TASK OBJECTIVE: Look through the entries below and say how many lines contain the string "TORUS". Give the number only.

AVAILABLE DATA:
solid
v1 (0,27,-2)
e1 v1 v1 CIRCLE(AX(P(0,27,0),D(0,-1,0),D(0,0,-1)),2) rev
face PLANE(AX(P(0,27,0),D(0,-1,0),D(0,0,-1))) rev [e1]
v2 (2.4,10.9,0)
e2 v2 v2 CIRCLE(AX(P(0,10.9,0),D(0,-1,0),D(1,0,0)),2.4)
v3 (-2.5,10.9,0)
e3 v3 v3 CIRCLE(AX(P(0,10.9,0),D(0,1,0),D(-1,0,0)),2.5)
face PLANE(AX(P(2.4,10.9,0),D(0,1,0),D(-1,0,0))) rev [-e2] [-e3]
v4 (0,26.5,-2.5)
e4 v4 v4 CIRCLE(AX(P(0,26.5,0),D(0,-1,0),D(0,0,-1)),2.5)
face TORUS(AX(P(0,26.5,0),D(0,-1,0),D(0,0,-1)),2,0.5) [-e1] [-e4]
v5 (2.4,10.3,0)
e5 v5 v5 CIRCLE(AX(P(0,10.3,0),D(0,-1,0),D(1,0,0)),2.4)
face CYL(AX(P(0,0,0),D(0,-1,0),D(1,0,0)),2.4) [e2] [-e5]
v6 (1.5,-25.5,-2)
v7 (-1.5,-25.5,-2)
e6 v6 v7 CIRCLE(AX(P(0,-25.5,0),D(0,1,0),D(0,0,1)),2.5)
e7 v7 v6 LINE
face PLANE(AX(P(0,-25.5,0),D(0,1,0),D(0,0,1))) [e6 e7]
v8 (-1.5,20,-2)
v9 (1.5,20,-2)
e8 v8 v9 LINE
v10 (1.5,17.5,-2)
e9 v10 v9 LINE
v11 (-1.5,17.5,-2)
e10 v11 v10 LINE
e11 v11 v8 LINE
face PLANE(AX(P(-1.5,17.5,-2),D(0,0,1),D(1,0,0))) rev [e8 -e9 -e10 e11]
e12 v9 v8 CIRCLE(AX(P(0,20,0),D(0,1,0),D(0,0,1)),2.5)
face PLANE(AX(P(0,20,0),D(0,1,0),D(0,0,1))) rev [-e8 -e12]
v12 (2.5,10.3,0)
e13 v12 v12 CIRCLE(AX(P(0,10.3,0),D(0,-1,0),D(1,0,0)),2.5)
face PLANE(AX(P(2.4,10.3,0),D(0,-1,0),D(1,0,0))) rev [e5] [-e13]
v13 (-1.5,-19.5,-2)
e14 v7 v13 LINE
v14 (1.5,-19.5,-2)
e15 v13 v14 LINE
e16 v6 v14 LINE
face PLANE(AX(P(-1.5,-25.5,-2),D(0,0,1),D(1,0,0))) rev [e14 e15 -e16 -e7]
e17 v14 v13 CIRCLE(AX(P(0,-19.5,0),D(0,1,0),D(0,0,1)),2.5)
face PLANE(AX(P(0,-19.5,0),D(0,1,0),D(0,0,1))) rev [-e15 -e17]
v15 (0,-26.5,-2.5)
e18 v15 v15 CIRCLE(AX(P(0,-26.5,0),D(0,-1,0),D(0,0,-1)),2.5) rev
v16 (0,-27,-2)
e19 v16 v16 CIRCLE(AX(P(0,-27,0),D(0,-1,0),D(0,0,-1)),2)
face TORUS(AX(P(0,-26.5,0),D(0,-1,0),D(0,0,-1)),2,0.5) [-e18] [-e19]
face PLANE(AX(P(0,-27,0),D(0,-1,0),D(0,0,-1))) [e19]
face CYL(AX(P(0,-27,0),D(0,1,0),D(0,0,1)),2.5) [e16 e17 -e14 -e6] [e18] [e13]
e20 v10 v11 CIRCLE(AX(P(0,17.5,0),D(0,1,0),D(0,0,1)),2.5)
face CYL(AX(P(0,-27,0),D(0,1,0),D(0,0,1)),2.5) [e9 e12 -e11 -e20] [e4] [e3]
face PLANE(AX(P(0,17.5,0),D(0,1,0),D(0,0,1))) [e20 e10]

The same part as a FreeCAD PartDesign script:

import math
import FreeCAD as App
import Part
import Sketcher


def edges_at(feature, points):
    """Names of the edges that pass closest to the given points."""
    edges = feature.Shape.Edges
    near = lambda p: min(range(len(edges)), key=lambda i: edges[i].distToShape(Part.Vertex(*p))[0])
    return sorted({f"Edge{near(p) + 1}" for p in points})

doc = App.newDocument("Part")
body = doc.addObject("PartDesign::Body", "Body")

# Sketch on XZ plane
sketch1 = body.newObject("Sketcher::SketchObject", "Sketch")
sketch1.AttachmentSupport = (doc.getObject("XZ_Plane"), [""])
sketch1.MapMode = "FlatFace"
sketch1.addGeometry(Part.Circle(App.Vector(0, 0, 0), App.Vector(0, 0, 1), 2.5), False)
sketch1.addConstraint(Sketcher.Constraint("Coincident", 0, 3, -1, 1))
sketch1.addConstraint(Sketcher.Constraint("Diameter", 0, 5.0))
pad1 = body.newObject("PartDesign::Pad", "Pad")
pad1.Profile = sketch1
pad1.Length = 54
pad1.Midplane = True

# Sketch on XZ plane
sketch2 = body.newObject("Sketcher::SketchObject", "Sketch001")
sketch2.AttachmentSupport = (doc.getObject("XZ_Plane"), [""])
sketch2.MapMode = "FlatFace"
sketch2.AttachmentOffset = App.Placement(App.Vector(0, 0, -17.5), App.Rotation())
sketch2.addGeometry(Part.LineSegment(App.Vector(-1.5, -2, 0), App.Vector(1.5, -2, 0)), False)
sketch2.addGeometry(Part.ArcOfCircle(Part.Circle(App.Vector(0, 0, 0), App.Vector(0, 0, 1), 2.5), math.radians(-126.869898), math.radians(-53.130102)), False)
sketch2.addConstraint(Sketcher.Constraint("Coincident", 0, 1, 1, 1))
sketch2.addConstraint(Sketcher.Constraint("Coincident", 1, 2, 0, 2))
sketch2.addConstraint(Sketcher.Constraint("Horizontal", 0))
sketch2.addConstraint(Sketcher.Constraint("Coincident", 1, 3, -1, 1))
sketch2.addConstraint(Sketcher.Constraint("Radius", 1, 2.5))
sketch2.addConstraint(Sketcher.Constraint("DistanceX", 0, 1, 0, 2, 3.0))
pocket1 = body.newObject("PartDesign::Pocket", "Pocket")
pocket1.Profile = sketch2
pocket1.Length = 2.5

# Sketch on XZ plane
sketch3 = body.newObject("Sketcher::SketchObject", "Sketch002")
sketch3.AttachmentSupport = (doc.getObject("XZ_Plane"), [""])
sketch3.MapMode = "FlatFace"
sketch3.AttachmentOffset = App.Placement(App.Vector(0, 0, 25.5), App.Rotation())
sketch3.addGeometry(Part.LineSegment(App.Vector(-1.5, -2, 0), App.Vector(1.5, -2, 0)), False)
sketch3.addGeometry(Part.ArcOfCircle(Part.Circle(App.Vector(0, 0, 0), App.Vector(0, 0, 1), 2.5), math.radians(-126.869898), math.radians(-53.130102)), False)
sketch3.addConstraint(Sketcher.Constraint("Coincident", 0, 1, 1, 1))
sketch3.addConstraint(Sketcher.Constraint("Coincident", 1, 2, 0, 2))
sketch3.addConstraint(Sketcher.Constraint("Horizontal", 0))
sketch3.addConstraint(Sketcher.Constraint("Coincident", 1, 3, -1, 1))
sketch3.addConstraint(Sketcher.Constraint("Radius", 1, 2.5))
sketch3.addConstraint(Sketcher.Constraint("DistanceX", 0, 1, 0, 2, 3.0))
pocket2 = body.newObject("PartDesign::Pocket", "Pocket001")
pocket2.Profile = sketch3
pocket2.Length = 6
doc.recompute()

fillet = body.newObject("PartDesign::Fillet", "Fillet")
fillet.Base = (pocket2, edges_at(pocket2, [(0, 27, 2.5), (0, -27, 2.5)]))
fillet.Radius = 0.5

# Sketch on XY plane
sketch4 = body.newObject("Sketcher::SketchObject", "Sketch003")
sketch4.AttachmentSupport = (doc.getObject("XY_Plane"), [""])
sketch4.MapMode = "FlatFace"
sketch4.addGeometry(Part.LineSegment(App.Vector(2.4, 10.9, 0), App.Vector(2.4, 10.3, 0)), False)
sketch4.addGeometry(Part.LineSegment(App.Vector(2.4, 10.3, 0), App.Vector(4.4, 10.3, 0)), False)
sketch4.addGeometry(Part.LineSegment(App.Vector(4.4, 10.3, 0), App.Vector(4.4, 10.9, 0)), False)
sketch4.addGeometry(Part.LineSegment(App.Vector(4.4, 10.9, 0), App.Vector(2.4, 10.9, 0)), False)
sketch4.addConstraint(Sketcher.Constraint("Coincident", 0, 2, 1, 1))
sketch4.addConstraint(Sketcher.Constraint("Coincident", 1, 2, 2, 1))
sketch4.addConstraint(Sketcher.Constraint("Coincident", 2, 2, 3, 1))
sketch4.addConstraint(Sketcher.Constraint("Coincident", 3, 2, 0, 1))
sketch4.addConstraint(Sketcher.Constraint("Vertical", 0))
sketch4.addConstraint(Sketcher.Constraint("Horizontal", 1))
sketch4.addConstraint(Sketcher.Constraint("Vertical", 2))
sketch4.addConstraint(Sketcher.Constraint("Horizontal", 3))
sketch4.addConstraint(Sketcher.Constraint("DistanceX", 1, 1, 1, 2, 2.0))
sketch4.addConstraint(Sketcher.Constraint("DistanceY", 0, 2, 0, 1, 0.6))
sketch4.addConstraint(Sketcher.Constraint("DistanceX", -1, 1, 0, 2, 2.4))
sketch4.addConstraint(Sketcher.Constraint("DistanceY", -1, 1, 0, 2, 10.3))
groove = body.newObject("PartDesign::Groove", "Groove")
groove.Profile = sketch4
groove.ReferenceAxis = (sketch4, ["V_Axis"])
groove.Angle = 360

doc.recompute()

EXERCISE OUTPUT: 2